Question

Rod of constant cross-section moves towards right with constant acceleration. Graph of stress and distance from left end is given as in figure. If density of material of rod at cross section 1 is 9 gm/cm³. Find density at cross section 2.

• A. 16 gm/cm³
• B. 20 gm/cm³
• C. 24 gm/cm³
• D. 12 gm/cm³

Answer 1

Answer: (A)

16 gm/cm³

Answer 2

The relationship between stress ($\sigma$), density ($\rho$), acceleration ($a$), and distance ($x$) in a rod under acceleration is given by $\frac{d\sigma}{dx} = \rho(x) a$. This means the slope of the stress-distance graph is directly proportional to the density at that point, given constant acceleration.

The graph shows the angles of the tangent to the stress-distance curve.
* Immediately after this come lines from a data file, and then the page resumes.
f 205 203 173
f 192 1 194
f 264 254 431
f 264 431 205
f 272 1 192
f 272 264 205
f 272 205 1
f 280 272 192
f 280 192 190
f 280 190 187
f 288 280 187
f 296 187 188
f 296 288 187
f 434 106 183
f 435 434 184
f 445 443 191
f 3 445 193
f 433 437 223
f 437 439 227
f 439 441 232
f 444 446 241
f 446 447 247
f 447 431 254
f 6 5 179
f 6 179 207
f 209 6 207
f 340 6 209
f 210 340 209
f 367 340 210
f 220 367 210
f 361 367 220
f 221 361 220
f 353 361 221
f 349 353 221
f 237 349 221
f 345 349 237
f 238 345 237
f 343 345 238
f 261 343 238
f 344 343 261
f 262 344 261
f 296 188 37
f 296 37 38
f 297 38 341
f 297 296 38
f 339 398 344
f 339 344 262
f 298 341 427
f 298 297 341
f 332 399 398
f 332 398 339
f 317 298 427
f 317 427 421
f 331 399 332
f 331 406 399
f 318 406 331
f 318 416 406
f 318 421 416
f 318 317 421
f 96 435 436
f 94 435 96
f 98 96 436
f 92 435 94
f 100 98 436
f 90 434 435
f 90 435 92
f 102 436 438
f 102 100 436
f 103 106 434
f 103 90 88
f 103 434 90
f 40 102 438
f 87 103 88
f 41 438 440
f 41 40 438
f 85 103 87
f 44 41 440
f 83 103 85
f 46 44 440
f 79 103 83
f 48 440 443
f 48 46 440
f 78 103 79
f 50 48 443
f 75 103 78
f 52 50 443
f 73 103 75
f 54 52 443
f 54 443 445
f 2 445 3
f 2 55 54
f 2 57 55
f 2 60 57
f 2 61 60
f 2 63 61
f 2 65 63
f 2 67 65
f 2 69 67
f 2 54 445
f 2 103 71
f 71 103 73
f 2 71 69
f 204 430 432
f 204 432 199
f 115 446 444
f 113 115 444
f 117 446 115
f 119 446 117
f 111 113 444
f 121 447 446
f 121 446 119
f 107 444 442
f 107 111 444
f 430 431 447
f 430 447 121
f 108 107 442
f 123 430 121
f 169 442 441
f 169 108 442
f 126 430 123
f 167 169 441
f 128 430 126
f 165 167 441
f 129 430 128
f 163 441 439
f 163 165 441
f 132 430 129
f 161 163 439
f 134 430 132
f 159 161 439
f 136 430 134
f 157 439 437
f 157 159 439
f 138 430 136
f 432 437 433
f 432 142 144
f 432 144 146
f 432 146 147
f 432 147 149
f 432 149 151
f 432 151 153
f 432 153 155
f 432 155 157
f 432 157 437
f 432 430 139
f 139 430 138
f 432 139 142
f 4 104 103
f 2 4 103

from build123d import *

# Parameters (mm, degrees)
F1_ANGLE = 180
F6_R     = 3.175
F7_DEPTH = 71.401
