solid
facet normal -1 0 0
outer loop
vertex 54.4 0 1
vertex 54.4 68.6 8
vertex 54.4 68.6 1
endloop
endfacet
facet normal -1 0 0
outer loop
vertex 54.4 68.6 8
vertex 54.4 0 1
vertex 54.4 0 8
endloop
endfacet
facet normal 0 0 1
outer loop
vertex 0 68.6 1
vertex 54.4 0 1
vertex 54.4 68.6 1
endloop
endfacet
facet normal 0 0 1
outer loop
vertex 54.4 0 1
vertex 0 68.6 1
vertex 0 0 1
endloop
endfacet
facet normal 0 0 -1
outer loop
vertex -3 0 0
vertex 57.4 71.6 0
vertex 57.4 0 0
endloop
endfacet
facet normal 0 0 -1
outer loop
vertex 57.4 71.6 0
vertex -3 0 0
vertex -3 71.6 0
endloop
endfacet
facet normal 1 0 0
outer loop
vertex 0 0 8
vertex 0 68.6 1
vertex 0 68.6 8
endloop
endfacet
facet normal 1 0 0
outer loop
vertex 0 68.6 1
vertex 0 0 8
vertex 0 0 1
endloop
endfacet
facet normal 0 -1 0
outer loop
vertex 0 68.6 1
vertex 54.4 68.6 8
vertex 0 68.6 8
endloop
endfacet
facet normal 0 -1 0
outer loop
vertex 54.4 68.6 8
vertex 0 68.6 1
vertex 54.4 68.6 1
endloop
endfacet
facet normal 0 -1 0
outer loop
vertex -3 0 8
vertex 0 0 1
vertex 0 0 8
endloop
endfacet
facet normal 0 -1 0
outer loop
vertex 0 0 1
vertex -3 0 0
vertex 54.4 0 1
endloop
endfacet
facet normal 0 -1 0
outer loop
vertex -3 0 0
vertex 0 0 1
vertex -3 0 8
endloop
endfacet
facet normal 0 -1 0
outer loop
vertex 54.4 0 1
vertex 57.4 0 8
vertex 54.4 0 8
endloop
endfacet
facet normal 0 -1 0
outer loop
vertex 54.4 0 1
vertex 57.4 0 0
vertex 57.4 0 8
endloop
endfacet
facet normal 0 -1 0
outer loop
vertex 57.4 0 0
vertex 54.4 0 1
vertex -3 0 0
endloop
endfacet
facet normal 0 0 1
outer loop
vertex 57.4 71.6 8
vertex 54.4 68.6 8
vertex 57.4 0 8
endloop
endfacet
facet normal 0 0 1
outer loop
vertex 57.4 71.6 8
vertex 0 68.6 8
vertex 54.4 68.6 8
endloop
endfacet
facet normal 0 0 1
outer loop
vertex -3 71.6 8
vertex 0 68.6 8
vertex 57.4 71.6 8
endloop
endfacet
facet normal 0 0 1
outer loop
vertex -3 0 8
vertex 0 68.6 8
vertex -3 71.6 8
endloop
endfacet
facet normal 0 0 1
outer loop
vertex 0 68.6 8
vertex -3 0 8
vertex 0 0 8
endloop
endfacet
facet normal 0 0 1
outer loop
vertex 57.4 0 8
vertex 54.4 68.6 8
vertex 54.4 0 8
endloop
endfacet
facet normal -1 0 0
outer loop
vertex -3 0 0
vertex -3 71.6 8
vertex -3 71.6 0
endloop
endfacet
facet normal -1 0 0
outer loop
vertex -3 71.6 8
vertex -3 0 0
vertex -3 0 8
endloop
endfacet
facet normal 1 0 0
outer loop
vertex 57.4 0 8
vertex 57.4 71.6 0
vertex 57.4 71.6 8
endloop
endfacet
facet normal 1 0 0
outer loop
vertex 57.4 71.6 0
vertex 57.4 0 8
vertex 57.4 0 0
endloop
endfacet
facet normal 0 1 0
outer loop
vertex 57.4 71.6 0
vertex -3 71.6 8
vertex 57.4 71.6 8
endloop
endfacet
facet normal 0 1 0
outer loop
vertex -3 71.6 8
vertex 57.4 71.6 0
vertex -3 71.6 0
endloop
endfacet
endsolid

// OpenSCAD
// file: controller_case_common.scad
// defines common functionality for the controller case for the RGB lamp

floor_thickness = 1.0;
arduino_width = 54.4;
arduino_length = 68.6;
wall_thickness = 3.0;
// main file
// Creates the bottom part of the case for the lamp controller unit, which is where the Arduino Uno lives
// Note that this assumes you have downloaded the Arduino Uno dxf file at http://arduino.cc/documents/Arduino%20Uno.dxf
// and have it in the local directory.

include <controller_case_common.scad>;
guard_rail_height = floor_thickness * 8.0;

cube([arduino_width, arduino_length, floor_thickness]);

translate([-wall_thickness,0,0])
  cube([wall_thickness, arduino_length, guard_rail_height]);

translate([arduino_width,0,0])
  cube([wall_thickness, arduino_length, guard_rail_height]);

translate([-wall_thickness, arduino_length, 0])
  cube([arduino_width + (wall_thickness * 2), wall_thickness, guard_rail_height]);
Assuming the angles $37^\circ$ and $53^\circ$ are measured with respect to the horizontal axis (as this leads to one of the options):

At cross-section 1, the slope $m_1$ is $\tan(37^\circ)$. $m_1 = \tan(37^\circ) \approx \frac{3}{4}$ So, $\rho_1 a = \frac{3}{4}$. Given $\rho_1 = 9 \, \text{gm/cm}^3$: $9 a = \frac{3}{4} \implies a = \frac{3}{36} = \frac{1}{12} \, \text{cm/s}^2$

At cross-section 2, the slope $m_2$ is $\tan(53^\circ)$. $m_2 = \tan(53^\circ) \approx \frac{4}{3}$ So, $\rho_2 a = \frac{4}{3}$. Substituting the value of $a$: $\rho_2 \left(\frac{1}{12}\right) = \frac{4}{3}$ $\rho_2 = \frac{4}{3} \times 12 = 16 \, \text{gm/cm}^3$

Alternatively, we can use the ratio of slopes: $\frac{m_2}{m_1} = \frac{\rho_2 a}{\rho_1 a} = \frac{\rho_2}{\rho_1}$ $\frac{\tan(53^\circ)}{\tan(37^\circ)} = \frac{4/3}{3/4} = \frac{16}{9}$ $\frac{\rho_2}{9 \, \text{gm/cm}^3} = \frac{16}{9}$ $\rho_2 = 16 \, \text{gm/cm}^3$